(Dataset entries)
------

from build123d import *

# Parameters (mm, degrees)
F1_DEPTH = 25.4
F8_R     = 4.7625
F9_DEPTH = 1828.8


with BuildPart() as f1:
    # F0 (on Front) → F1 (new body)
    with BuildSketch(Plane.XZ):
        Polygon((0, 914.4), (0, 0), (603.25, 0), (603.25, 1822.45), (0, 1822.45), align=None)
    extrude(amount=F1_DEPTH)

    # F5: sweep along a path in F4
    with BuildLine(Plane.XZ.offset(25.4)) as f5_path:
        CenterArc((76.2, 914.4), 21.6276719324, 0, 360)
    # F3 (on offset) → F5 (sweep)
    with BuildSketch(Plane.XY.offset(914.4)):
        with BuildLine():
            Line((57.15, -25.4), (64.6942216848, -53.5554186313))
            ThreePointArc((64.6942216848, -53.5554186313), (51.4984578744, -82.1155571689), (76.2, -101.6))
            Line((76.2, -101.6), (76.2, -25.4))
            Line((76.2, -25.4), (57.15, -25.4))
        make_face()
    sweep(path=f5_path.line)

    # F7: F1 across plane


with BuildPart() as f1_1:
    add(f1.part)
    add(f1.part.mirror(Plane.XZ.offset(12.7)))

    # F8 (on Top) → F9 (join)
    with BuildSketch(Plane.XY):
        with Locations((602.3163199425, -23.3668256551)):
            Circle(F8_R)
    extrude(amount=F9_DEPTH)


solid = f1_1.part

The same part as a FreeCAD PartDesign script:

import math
import FreeCAD as App
import Part
import Sketcher
from FreeCAD import Vector
Q = App.Units.Quantity


def add_polygon(sketch, points):
    """Adds a closed chain of lines whose ends are joined by coincident constraints."""
    first, n = sketch.GeometryCount, len(points)
    for a, b in zip(points, points[1:] + points[:1]):
        sketch.addGeometry(Part.LineSegment(App.Vector(*a, 0), App.Vector(*b, 0)), False)
    for i in range(n):
        sketch.addConstraint(Sketcher.Constraint("Coincident", first + i, 2, first + (i + 1) % n, 1))

doc = App.newDocument("Part")
body = doc.addObject("PartDesign::Body", "Body")

# Sketch on XZ plane
sketch1 = body.newObject("Sketcher::SketchObject", "Sketch")
sketch1.AttachmentSupport = (doc.getObject("XZ_Plane"), [""])
sketch1.MapMode = "FlatFace"
add_polygon(sketch1, [(0, 0), (603, 0), (603, 1822), (0, 1822)])  # lines 0-3
sketch1.addConstraint([
    Sketcher.Constraint("Horizontal", 0),
    Sketcher.Constraint("Vertical", 1),
    Sketcher.Constraint("Horizontal", 2),
    Sketcher.Constraint("Vertical", 3),
    Sketcher.Constraint("Coincident", 3, 2, -1, 1),
    Sketcher.Constraint("DistanceX", 0, 1, 0, 2, Q("23.75 in")),
    Sketcher.Constraint("DistanceY", 1, 1, 1, 2, Q("71.75 in")),
])
pad1 = body.newObject("PartDesign::Pad", "Pad")
pad1.Profile = sketch1
pad1.Length = Q("1 in")

# Sketch on XY plane
sketch2 = body.newObject("Sketcher::SketchObject", "Sketch001")
sketch2.AttachmentSupport = (doc.getObject("XY_Plane"), [""])
sketch2.MapMode = "FlatFace"
sketch2.AttachmentOffset = App.Placement(Vector(0, 0, 36 * 25.4), App.Rotation())
sketch2.addGeometry([
    Part.LineSegment(Vector(57, -25, 0), Vector(65, -54, 0)),
    Part.ArcOfCircle(Part.Circle(Vector(76, -76, 0), Vector(0, 0, 1), 25), math.radians(117), math.radians(270)),
    Part.LineSegment(Vector(76, -102, 0), Vector(76, -25, 0)),
    Part.LineSegment(Vector(76, -25, 0), Vector(57, -25, 0)),
], False)
sketch2.addConstraint([
    Sketcher.Constraint("Coincident", 0, 2, 1, 1),
    Sketcher.Constraint("Coincident", 1, 2, 2, 1),
    Sketcher.Constraint("Coincident", 2, 2, 3, 1),
    Sketcher.Constraint("Coincident", 3, 2, 0, 1),
    Sketcher.Constraint("Vertical", 2),
    Sketcher.Constraint("Horizontal", 3),
    Sketcher.Constraint("Radius", 1, Q("1 in")),
    Sketcher.Constraint("DistanceY", 2, 1, 2, 2, Q("3 in")),
    Sketcher.Constraint("DistanceX", -1, 1, 1, 3, Q("3 in")),
    Sketcher.Constraint("DistanceY", 1, 3, -1, 1, Q("3 in")),
    Sketcher.Constraint("DistanceX", -1, 1, 1, 2, Q("3 in")),
    Sketcher.Constraint("Angle", 0, Q("-75 deg")),
    Sketcher.Constraint("DistanceX", 3, 2, 3, 1, Q("0.75 in")),
])

# Sketch on XZ plane
sketch3 = body.newObject("Sketcher::SketchObject", "Sketch002")
sketch3.AttachmentSupport = (doc.getObject("XZ_Plane"), [""])
sketch3.MapMode = "FlatFace"
sketch3.AttachmentOffset = App.Placement(Vector(0, 0, 1 * 25.4), App.Rotation())
sketch3.addGeometry(Part.Circle(Vector(76, 914, 0), Vector(0, 0, 1), 22), False)
sketch3.addConstraint([
    Sketcher.Constraint("DistanceX", -1, 1, 0, 3, Q("3 in")),
    Sketcher.Constraint("DistanceY", -1, 1, 0, 3, Q("36 in")),
    Sketcher.Constraint("Diameter", 0, 43.255344),
])
doc.recompute()

additivepipe = body.newObject("PartDesign::AdditivePipe", "AdditivePipe")
additivepipe.Profile = sketch2
additivepipe.Spine = (sketch3, ["Edge1"])
body2 = doc.addObject("PartDesign::Body", "Body001")
doc.recompute()

body2.BaseFeature = body
doc.recompute()

mirroring = doc.addObject("Part::Mirroring", "Mirroring")
mirroring.Source = body
mirroring.Base = Vector(0, -12.7, 0)
mirroring.Normal = Vector(0, -1, 0)
body3 = doc.addObject("PartDesign::Body", "Body002")
body3.BaseFeature = mirroring
boolean = body2.newObject("PartDesign::Boolean", "Boolean")
boolean.Type = "Fuse"
boolean.addObjects([body3])
doc.recompute()

# Sketch on XY plane
sketch4 = body2.newObject("Sketcher::SketchObject", "Sketch003")
sketch4.AttachmentSupport = (doc.getObject("XY_Plane001"), [""])
sketch4.MapMode = "FlatFace"
sketch4.addGeometry(Part.Circle(Vector(602.3, -23.4, 0), Vector(0, 0, 1), 4.8), False)
sketch4.addConstraint([
    Sketcher.Constraint("Diameter", 0, Q("0.375 in")),
    Sketcher.Constraint("DistanceX", -1, 1, 0, 3, 602.31632),
    Sketcher.Constraint("DistanceY", 0, 3, -1, 1, 23.366826),
])
pad2 = body2.newObject("PartDesign::Pad", "Pad001")
pad2.Profile = sketch4
pad2.Length = Q("72 in")
mirroring.Visibility = False

doc.recompute()
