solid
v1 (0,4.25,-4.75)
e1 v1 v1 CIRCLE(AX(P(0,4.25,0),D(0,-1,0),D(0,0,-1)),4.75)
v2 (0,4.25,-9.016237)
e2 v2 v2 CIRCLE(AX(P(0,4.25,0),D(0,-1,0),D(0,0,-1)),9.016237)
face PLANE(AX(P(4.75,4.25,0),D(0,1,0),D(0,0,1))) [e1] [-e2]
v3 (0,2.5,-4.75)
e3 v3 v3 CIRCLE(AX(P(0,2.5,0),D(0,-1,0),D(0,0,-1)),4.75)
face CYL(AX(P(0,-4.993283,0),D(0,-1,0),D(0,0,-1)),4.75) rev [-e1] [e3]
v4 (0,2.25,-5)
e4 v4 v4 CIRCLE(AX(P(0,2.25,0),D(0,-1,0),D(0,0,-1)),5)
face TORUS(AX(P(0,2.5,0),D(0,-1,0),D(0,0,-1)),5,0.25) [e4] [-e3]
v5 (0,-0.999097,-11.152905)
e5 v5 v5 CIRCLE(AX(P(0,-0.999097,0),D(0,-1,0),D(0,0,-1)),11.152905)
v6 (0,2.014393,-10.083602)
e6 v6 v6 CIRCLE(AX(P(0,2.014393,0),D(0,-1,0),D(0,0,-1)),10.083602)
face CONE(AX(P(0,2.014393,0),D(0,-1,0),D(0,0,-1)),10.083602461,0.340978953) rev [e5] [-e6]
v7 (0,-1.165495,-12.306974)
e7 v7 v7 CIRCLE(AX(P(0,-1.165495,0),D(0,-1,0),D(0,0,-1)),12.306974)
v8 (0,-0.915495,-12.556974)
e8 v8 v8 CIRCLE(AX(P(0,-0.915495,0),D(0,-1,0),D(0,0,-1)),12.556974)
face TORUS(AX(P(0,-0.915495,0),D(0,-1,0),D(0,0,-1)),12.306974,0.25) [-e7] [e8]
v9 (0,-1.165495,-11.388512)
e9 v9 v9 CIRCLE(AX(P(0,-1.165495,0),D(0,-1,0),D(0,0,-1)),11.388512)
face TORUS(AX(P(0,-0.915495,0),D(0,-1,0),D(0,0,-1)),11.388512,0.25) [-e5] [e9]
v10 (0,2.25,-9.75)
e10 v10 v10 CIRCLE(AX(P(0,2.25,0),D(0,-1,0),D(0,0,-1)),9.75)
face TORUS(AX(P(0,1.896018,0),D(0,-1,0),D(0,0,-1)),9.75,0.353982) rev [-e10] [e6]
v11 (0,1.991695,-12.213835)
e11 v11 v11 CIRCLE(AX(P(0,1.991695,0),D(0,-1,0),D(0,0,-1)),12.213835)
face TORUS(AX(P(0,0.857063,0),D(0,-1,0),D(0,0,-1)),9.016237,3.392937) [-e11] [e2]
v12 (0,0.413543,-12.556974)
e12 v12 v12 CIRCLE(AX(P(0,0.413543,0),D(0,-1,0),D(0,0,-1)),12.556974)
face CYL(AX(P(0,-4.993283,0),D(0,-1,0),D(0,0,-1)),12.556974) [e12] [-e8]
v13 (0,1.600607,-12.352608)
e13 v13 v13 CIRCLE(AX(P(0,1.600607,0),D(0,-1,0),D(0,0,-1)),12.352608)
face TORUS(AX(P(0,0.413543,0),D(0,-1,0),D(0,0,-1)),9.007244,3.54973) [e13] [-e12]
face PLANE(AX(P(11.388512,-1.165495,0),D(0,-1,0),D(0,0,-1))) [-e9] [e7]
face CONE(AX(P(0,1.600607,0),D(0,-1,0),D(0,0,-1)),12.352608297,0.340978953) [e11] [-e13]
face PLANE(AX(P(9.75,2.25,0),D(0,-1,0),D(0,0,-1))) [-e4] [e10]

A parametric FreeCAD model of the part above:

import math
import FreeCAD as App
import Part
import Sketcher
Q = App.Units.Quantity

doc = App.newDocument("Part")
body = doc.addObject("PartDesign::Body", "Body")

# Sketch on XY plane
sketch1 = body.newObject("Sketcher::SketchObject", "Sketch")
sketch1.AttachmentSupport = (doc.getObject("XY_Plane"), [""])
sketch1.MapMode = "FlatFace"
sketch1.addGeometry([
    Part.LineSegment(App.Vector(9.016237, 4.25, 0), App.Vector(4.75, 4.25, 0)),  # 0
    Part.LineSegment(App.Vector(4.75, 4.25, 0), App.Vector(4.75, 2.5, 0)),  # 1
    Part.ArcOfCircle(Part.Circle(App.Vector(5, 2.5, 0), App.Vector(0, 0, 1), 0.25), math.radians(-180), math.radians(-90)),  # 2
    Part.LineSegment(App.Vector(5, 2.25, 0), App.Vector(9.75, 2.25, 0)),  # 3
    Part.ArcOfCircle(Part.Circle(App.Vector(9.75, 1.896018, 0), App.Vector(0, 0, 1), 0.353982), math.radians(19.536655), math.radians(90)),  # 4
    Part.LineSegment(App.Vector(10.083602, 2.014393, 0), App.Vector(11.152905, -0.999097, 0)),  # 5
    Part.ArcOfCircle(Part.Circle(App.Vector(11.388512, -0.915495, 0), App.Vector(0, 0, 1), 0.25), math.radians(-160.463345), math.radians(-90)),  # 6
    Part.LineSegment(App.Vector(11.388512, -1.165495, 0), App.Vector(12.306974, -1.165495, 0)),  # 7
    Part.ArcOfCircle(Part.Circle(App.Vector(12.306974, -0.915495, 0), App.Vector(0, 0, 1), 0.25), math.radians(-90), math.radians(0)),  # 8
    Part.LineSegment(App.Vector(12.556974, -0.915495, 0), App.Vector(12.556974, 0.413543, 0)),  # 9
    Part.ArcOfCircle(Part.Circle(App.Vector(9.007244, 0.413543, 0), App.Vector(0, 0, 1), 3.54973), math.radians(0), math.radians(19.536655)),  # 10
    Part.LineSegment(App.Vector(12.352608, 1.600607, 0), App.Vector(12.213835, 1.991695, 0)),  # 11
    Part.ArcOfCircle(Part.Circle(App.Vector(9.016237, 0.857063, 0), App.Vector(0, 0, 1), 3.392937), math.radians(19.536655), math.radians(90)),  # 12
], False)
sketch1.addConstraint([
    Sketcher.Constraint("Coincident", 0, 2, 1, 1),
    Sketcher.Constraint("Tangent", 1, 2, 2, 1),
    Sketcher.Constraint("Tangent", 2, 2, 3, 1),
    Sketcher.Constraint("Tangent", 3, 2, 4, 2),
    Sketcher.Constraint("Tangent", 4, 1, 5, 1),
    Sketcher.Constraint("Tangent", 5, 2, 6, 1),
    Sketcher.Constraint("Tangent", 6, 2, 7, 1),
    Sketcher.Constraint("Tangent", 7, 2, 8, 1),
    Sketcher.Constraint("Tangent", 8, 2, 9, 1),
    Sketcher.Constraint("Tangent", 9, 2, 10, 1),
    Sketcher.Constraint("Tangent", 10, 2, 11, 1),
    Sketcher.Constraint("Tangent", 11, 2, 12, 1),
    Sketcher.Constraint("Tangent", 12, 2, 0, 1),
    Sketcher.Constraint("Horizontal", 0),
    Sketcher.Constraint("Vertical", 1),
    Sketcher.Constraint("Horizontal", 3),
    Sketcher.Constraint("Horizontal", 7),
    Sketcher.Constraint("Vertical", 9),
    Sketcher.Constraint("Equal", 2, 6),
    Sketcher.Constraint("Equal", 6, 8),
    Sketcher.Constraint("Parallel", 5, 11),
    Sketcher.Constraint("Radius", 2, Q("0.25 mm")),
    Sketcher.Constraint("DistanceX", -1, 1, 2, 3, Q("5 mm")),
    Sketcher.Constraint("DistanceX", 0, 2, 4, 3, Q("5 mm")),
    Sketcher.Constraint("DistanceY", 2, 2, 0, 2, Q("2 mm")),
    Sketcher.Constraint("DistanceY", -1, 1, 2, 3, Q("2.5 mm")),
    Sketcher.Constraint("Radius", 10, Q("3.54973 mm")),
    Sketcher.Constraint("Radius", 4, Q("0.353982 mm")),
    Sketcher.Constraint("Radius", 12, Q("3.392937 mm")),
    Sketcher.Constraint("DistanceX", 7, 1, 7, 2, Q("0.918462 mm")),
    Sketcher.Constraint("DistanceY", 8, 3, 10, 2, Q("2.516102 mm")),
    Sketcher.Constraint("DistanceY", 11, 2, 4, 1, Q("0.022698 mm")),
    Sketcher.Constraint("Distance", 11, Q("0.414979 mm")),
])
revolution = body.newObject("PartDesign::Revolution", "Revolution")
revolution.Profile = sketch1
revolution.ReferenceAxis = (sketch1, ["V_Axis"])
revolution.Angle = 360

doc.recompute()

------

- _Your assignment_
The answer consists of every line above in which the word "with" occurs.

- _Exercise answer_
with BuildPart() as f1:
    with BuildSketch(Plane.XZ):
    with BuildLine(Plane.XZ.offset(25.4)) as f5_path:
    with BuildSketch(Plane.XY.offset(914.4)):
        with BuildLine():
with BuildPart() as f1_1:
    with BuildSketch(Plane.XY):
        with Locations((602.3163199425, -23.3668256551)):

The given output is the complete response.